This invention relates in general to foam or foam core structural panels and, more specifically, to structural panels having a polyimide foam core of controlled density.
Foamed plastic structures have long been made using a variety of synthetic resins and various molding methods. In some cases blowing agents are added to cause foaming when heated and in others the polyimerizing or curing reaction generates the foaming agent. In some cases open-cell foams are produced and in others, closed-cell foams result. Depending on the resin to be used and the required physical characteristics of the product these different prior methods may or may not be acceptable.
For many applications, such as airplane or ship ducting, in manned space vehicles or other human-occupied closed structures, panels using polyimide foam have been found to be ideal since polyimides are highly fire resistant and do not give off toxic gases when heated to degradation temperatures. Polyimides, however, require high curing temperatures which many of the prior foam manufacturing and reshaping methods cannot efficiently apply. Also, for many applications the density of the foam (which directly affects the weight rigidity and strength of the foam structure) must not only be closely controlled but also be variable within wide limits depending upon the planned use for the foam structure being made.

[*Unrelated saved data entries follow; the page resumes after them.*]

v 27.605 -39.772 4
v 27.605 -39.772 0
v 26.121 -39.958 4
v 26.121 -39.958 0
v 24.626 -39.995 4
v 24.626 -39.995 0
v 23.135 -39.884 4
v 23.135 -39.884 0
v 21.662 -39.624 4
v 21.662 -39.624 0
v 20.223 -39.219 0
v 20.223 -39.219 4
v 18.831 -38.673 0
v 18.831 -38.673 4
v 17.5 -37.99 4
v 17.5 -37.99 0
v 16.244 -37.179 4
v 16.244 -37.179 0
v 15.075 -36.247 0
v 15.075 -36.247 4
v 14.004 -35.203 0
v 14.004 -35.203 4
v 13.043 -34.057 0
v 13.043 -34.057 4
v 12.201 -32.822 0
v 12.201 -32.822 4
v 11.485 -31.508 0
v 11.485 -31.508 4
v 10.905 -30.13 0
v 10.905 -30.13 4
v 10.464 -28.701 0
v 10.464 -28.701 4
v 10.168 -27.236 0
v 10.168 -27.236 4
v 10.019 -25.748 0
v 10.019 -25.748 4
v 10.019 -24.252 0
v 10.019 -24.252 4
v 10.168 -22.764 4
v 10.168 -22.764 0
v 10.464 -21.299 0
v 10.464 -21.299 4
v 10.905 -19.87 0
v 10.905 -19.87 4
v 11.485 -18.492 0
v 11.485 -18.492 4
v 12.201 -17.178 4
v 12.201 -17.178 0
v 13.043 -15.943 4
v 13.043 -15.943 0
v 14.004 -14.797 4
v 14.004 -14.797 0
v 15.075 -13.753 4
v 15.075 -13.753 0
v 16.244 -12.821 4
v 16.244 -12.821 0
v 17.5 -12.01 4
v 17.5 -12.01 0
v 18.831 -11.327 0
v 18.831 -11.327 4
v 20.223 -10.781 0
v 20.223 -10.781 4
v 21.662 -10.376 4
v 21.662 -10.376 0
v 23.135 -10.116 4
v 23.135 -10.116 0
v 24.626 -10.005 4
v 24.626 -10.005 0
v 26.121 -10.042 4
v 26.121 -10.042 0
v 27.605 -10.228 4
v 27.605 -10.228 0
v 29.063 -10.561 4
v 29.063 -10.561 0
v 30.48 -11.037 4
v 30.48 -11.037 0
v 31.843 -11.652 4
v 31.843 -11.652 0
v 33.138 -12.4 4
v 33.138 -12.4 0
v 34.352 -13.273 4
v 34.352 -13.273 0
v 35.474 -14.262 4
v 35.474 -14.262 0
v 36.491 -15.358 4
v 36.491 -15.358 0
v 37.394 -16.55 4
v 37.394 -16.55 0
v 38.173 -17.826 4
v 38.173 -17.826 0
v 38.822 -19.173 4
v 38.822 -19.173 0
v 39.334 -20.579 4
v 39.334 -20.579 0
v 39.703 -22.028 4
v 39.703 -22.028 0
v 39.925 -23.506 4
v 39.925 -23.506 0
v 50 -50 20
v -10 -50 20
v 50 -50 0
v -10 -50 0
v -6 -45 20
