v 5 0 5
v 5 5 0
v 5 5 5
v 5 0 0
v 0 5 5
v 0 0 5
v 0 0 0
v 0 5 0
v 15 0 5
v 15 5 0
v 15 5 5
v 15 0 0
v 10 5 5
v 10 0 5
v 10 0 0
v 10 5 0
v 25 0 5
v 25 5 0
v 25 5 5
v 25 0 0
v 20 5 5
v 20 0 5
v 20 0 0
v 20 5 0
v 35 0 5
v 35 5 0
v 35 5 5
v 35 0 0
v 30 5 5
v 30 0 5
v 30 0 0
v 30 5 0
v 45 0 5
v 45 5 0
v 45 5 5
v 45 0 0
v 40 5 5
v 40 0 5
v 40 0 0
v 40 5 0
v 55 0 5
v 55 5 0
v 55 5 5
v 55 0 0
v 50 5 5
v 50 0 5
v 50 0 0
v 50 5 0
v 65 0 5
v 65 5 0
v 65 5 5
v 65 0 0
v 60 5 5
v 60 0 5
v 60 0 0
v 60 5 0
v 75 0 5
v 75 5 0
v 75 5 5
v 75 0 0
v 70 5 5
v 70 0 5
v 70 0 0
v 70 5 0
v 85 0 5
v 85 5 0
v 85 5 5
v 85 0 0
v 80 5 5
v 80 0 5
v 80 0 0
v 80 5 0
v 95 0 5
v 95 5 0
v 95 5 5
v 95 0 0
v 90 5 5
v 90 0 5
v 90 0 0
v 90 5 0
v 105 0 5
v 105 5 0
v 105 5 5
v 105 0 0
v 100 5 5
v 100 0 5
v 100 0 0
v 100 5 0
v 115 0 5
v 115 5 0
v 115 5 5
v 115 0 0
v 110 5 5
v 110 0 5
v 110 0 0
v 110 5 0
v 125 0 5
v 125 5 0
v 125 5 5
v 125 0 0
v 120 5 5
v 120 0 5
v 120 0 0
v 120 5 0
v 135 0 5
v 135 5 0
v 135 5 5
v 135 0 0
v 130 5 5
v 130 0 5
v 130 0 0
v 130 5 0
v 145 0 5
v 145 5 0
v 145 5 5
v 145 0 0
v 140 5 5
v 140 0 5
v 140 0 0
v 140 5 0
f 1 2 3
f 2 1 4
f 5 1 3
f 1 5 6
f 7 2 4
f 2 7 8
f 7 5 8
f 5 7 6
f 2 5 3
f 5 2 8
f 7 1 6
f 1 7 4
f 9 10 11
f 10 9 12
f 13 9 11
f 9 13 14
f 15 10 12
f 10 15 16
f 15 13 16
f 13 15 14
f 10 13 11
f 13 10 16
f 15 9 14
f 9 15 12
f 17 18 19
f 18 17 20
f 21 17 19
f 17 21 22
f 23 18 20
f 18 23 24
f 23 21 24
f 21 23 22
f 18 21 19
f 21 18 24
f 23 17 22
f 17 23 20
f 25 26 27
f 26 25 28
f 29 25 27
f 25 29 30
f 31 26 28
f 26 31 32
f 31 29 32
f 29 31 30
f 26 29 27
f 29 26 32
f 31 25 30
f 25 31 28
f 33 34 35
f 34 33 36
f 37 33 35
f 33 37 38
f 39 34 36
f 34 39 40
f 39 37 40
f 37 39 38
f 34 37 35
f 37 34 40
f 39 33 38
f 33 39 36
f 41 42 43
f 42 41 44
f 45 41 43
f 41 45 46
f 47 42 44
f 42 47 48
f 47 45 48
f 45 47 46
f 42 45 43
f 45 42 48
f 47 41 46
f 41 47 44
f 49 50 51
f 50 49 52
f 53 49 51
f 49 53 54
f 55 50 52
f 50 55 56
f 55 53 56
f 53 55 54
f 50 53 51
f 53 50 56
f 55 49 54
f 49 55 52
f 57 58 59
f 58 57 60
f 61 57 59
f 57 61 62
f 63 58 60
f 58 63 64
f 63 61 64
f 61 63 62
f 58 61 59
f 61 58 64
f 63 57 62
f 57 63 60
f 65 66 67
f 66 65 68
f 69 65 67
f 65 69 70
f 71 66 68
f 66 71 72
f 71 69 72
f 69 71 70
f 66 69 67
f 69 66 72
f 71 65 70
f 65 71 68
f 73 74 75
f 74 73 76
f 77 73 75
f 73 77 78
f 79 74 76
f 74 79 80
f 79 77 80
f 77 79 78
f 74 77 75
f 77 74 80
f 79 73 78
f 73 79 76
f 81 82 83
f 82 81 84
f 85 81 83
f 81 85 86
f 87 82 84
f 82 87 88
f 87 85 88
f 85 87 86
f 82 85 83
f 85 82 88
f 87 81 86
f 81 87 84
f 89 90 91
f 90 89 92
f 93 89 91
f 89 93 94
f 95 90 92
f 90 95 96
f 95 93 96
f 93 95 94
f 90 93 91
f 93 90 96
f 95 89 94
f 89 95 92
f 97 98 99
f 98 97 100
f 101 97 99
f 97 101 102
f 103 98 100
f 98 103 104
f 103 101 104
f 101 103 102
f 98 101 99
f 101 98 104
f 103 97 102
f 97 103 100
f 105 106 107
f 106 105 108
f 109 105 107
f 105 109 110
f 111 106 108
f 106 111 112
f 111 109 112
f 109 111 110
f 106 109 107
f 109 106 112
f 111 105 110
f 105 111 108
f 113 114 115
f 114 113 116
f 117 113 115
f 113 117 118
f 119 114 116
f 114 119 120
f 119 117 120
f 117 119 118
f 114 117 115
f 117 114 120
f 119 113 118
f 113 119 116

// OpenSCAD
color("red") cube(5);
translate([10,0,0]) color("red", filament = 3) cube(5);
translate([20,0,0]) color("red", filament = 4) cube(5);
translate([30,0,0]) color("blue", filament = 3) cube(5);
translate([40,0,0]) color("green") cube(5);
translate([50,0,0]) color("yellow", filament = 1) cube(5);
translate([60,0,0]) cube(5);
translate([70,0,0]) color("white", filament = 0) cube(5);
translate([80,0,0]) color("white", filament = 17) cube(5);
translate([90,0,0]) color("white", filament = 2.5) cube(5);
translate([100,0,0]) color("white", filament = "2") cube(5);
translate([110,0,0]) color("pink", filament = 16) cube(5);
translate([120,0,0]) color("Red", filament = 5) cube(5);
translate([130,0,0]) color("#c74240", filament = 6) cube(5);
translate([140,0,0]) color("red", alpha = 0.5, filament = 7) cube(5);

Foaming between moving endless belts has been used with a variety of resins. This method has been used, for example, with phenolics, as described by Bruning et al. in U.S. Pat. No. 3,883,010, with polystyrene as described by Charpentier in U.S. Pat. No. 3,863,908 and with polyurethane as described by Willy in U.S. Pat. No. 3,998,884. While apparently effective with those resins, this method is not applicable to controlled density polyimide foam because of the much longer periods at much higher temperatures required for polyimides which require excessively long and/or very slowly moving belts operating in a very large high temperature oven. Also, this technique produces only flat panels and not the other shapes often required.
Polyimide foams, therefore, are ordinarily produced in closed molds where particular thicknesses and surface configurations are required. Typical of such methods are those disclosed by Long et al. in U.S. Pat. No. 4,621,015 and Shulman et al. in U.S. Pat. No. 4,647,587. If desired, a liner may be placed in the mold prior to introduction of the foamable liquid to bond to the foam as it expands and cures. The foam produced in closed molds tends to be very irregular and lack uniformity of cell size, density and strength across the mold. Often, the gasses emitted by the polyimide precursor during foaming inhibit the growth of the cells in the foam itself, making foaming action low and unpredictable. These problems increase when attempts are made to vary the foam product density by varying the amount of precursor placed in the mold.
Impervious face sheets are required on many foam structures or panels. Face sheets can be adhesively bonded to the foam panels after the panels are cured, or the face sheets can be placed in the mold prior to foaming. Adhesive bonding has the inherent disadvantages of adding another agent which usually will not have the high temperature resistance of the foam and may emit toxic gasses when heated. The bonding step adds complexity to the manufacturing operation and, if not very carefully done, may result in bond failure and de-lamination in use. Where the face sheets are placed in the mold prior to foaming poor bonds often result because the foaming resin does not adequately wet the face sheets. Excess foaming material may be required, resulting in higher foam weight, in order to assure complete mold filling and sufficient foam pressure against the face sheet during foaming to obtain a good bond.
In some cases, polyimide precursors are foamed under ambient pressure in open molds. The resulting foam layer is then sliced parallel to the bottom of the mold to produce panels of the desired thickness. Ordinarily, only flat panels can be made by this method. While this produces more uniform cell size and density, it is difficult to produce panels of different, controlled, varying densities for different or complex structural application. Also, adhesive bonding, with all of the drawbacks mentioned above, is the only available method for applying a face sheet to the sliced surface of the foam panel.
Thus, it is apparent that there is a continuing need for a method of making complex polyimide foam structures having uniform cell size, varying density and other physical characteristics while permitting easy and precise control of foam density and which allows face sheets to be securely and reliably bonded to one or more foam surfaces.